Work instruction -> Where the material below has a line containing "#82=FACE_BOUND('',#81,.F.);", start repeating exactly, and keep going through the line containing "#95=ADVANCED_FACE('',(#93),#94,.T.);", with no other lines.

Extracted material ->
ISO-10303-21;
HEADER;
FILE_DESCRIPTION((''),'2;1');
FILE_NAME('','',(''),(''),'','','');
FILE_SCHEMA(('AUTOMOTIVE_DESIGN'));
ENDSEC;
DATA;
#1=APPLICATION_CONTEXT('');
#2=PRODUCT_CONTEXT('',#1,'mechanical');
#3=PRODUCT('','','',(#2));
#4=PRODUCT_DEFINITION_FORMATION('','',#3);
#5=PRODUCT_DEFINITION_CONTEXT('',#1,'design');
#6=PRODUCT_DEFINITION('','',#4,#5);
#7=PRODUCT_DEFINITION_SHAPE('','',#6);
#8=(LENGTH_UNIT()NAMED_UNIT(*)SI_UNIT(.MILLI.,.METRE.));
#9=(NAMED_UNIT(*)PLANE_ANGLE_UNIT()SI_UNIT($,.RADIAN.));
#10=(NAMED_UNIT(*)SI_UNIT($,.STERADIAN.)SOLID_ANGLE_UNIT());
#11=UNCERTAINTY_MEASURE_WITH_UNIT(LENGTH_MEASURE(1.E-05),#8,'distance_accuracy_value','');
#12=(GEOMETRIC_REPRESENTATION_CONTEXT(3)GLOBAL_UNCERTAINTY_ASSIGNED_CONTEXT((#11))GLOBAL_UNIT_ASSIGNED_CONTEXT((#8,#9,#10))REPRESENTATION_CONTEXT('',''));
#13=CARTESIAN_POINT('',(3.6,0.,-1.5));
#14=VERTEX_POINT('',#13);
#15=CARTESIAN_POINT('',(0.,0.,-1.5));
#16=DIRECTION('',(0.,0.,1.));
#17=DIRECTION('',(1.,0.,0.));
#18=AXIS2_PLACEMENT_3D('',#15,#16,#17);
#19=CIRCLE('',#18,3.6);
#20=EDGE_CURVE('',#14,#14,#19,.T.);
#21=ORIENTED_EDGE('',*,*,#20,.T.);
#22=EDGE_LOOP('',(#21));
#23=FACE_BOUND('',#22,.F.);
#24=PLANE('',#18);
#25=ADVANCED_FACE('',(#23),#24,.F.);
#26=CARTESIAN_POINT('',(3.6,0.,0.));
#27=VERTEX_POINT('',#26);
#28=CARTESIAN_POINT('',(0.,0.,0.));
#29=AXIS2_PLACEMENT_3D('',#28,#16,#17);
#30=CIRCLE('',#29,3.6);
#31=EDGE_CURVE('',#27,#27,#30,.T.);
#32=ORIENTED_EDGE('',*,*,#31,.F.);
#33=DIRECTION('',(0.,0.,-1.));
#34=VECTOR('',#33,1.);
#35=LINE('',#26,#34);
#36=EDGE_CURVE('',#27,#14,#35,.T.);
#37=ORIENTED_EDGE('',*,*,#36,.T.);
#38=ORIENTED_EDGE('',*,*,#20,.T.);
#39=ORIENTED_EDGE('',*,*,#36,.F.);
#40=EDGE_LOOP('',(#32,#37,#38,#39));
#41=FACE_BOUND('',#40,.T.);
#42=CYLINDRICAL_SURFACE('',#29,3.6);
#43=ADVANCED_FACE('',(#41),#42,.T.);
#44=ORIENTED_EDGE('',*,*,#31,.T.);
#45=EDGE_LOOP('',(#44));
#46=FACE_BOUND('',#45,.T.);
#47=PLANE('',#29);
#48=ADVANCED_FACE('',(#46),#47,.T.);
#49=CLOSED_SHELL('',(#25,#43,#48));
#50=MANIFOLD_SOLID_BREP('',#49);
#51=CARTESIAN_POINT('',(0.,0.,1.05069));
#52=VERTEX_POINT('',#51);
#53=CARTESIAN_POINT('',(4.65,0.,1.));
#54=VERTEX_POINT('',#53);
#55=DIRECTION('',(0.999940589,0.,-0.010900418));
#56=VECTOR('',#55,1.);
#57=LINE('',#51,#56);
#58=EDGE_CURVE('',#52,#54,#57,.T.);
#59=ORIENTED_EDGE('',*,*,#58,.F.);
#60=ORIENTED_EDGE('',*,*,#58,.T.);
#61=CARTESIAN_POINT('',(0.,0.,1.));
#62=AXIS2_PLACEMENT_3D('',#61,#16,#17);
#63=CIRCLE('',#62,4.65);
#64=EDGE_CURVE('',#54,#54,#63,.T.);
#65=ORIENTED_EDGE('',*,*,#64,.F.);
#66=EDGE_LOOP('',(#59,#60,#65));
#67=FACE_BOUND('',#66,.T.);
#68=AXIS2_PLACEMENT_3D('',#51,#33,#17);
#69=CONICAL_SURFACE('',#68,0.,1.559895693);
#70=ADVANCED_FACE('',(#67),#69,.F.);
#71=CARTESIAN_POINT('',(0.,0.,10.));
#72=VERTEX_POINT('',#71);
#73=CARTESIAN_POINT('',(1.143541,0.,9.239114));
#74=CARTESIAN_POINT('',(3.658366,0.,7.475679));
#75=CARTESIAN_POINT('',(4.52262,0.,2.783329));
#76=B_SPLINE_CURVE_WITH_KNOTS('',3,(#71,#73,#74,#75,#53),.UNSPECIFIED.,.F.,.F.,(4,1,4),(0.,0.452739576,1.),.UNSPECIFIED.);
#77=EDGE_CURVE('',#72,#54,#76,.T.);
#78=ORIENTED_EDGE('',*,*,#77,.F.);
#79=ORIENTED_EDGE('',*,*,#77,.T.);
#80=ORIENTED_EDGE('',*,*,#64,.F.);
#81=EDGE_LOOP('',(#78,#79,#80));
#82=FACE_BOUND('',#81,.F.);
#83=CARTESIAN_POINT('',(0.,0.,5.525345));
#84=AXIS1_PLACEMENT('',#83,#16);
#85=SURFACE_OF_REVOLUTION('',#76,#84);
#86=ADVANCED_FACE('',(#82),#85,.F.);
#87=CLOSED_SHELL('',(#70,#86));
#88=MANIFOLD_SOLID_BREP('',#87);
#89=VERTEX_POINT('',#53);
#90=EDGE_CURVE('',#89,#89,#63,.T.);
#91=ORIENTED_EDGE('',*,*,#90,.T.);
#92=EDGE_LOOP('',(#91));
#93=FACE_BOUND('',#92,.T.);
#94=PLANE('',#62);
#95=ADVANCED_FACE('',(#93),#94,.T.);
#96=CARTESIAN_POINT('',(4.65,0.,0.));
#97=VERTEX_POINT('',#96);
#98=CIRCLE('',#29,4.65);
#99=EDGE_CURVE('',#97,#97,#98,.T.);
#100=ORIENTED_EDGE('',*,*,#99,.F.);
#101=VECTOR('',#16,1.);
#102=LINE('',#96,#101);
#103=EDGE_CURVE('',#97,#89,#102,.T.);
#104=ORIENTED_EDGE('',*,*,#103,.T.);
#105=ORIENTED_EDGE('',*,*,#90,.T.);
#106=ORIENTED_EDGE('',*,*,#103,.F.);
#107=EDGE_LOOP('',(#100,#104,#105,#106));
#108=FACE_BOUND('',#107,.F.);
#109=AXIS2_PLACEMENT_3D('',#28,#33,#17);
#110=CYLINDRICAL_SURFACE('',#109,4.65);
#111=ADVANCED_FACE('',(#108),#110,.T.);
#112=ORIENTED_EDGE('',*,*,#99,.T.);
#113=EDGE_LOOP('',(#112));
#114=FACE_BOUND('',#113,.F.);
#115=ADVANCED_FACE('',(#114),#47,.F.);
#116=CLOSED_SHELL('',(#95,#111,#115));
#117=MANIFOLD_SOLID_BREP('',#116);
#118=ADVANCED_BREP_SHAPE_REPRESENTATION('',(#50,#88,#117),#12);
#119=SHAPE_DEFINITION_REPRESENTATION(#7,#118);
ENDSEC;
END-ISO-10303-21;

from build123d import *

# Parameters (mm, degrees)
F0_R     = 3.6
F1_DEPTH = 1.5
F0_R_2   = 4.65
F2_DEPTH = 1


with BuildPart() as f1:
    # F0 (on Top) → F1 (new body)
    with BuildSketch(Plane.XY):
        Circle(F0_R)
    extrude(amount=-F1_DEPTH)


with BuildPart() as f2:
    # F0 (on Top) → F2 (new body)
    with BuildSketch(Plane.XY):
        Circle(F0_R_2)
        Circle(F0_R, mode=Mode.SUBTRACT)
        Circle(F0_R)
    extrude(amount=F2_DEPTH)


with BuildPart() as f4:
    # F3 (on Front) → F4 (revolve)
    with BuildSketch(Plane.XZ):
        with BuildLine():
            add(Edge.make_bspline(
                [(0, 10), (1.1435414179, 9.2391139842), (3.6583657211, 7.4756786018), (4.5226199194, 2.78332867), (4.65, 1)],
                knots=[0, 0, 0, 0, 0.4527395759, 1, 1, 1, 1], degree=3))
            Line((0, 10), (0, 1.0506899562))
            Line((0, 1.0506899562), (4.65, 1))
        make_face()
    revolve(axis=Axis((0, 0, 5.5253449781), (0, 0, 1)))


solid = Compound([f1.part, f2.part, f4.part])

Finished task ->
#82=FACE_BOUND('',#81,.F.);
#83=CARTESIAN_POINT('',(0.,0.,5.525345));
#84=AXIS1_PLACEMENT('',#83,#16);
#85=SURFACE_OF_REVOLUTION('',#76,#84);
#86=ADVANCED_FACE('',(#82),#85,.F.);
#87=CLOSED_SHELL('',(#70,#86));
#88=MANIFOLD_SOLID_BREP('',#87);
#89=VERTEX_POINT('',#53);
#90=EDGE_CURVE('',#89,#89,#63,.T.);
#91=ORIENTED_EDGE('',*,*,#90,.T.);
#92=EDGE_LOOP('',(#91));
#93=FACE_BOUND('',#92,.T.);
#94=PLANE('',#62);
#95=ADVANCED_FACE('',(#93),#94,.T.);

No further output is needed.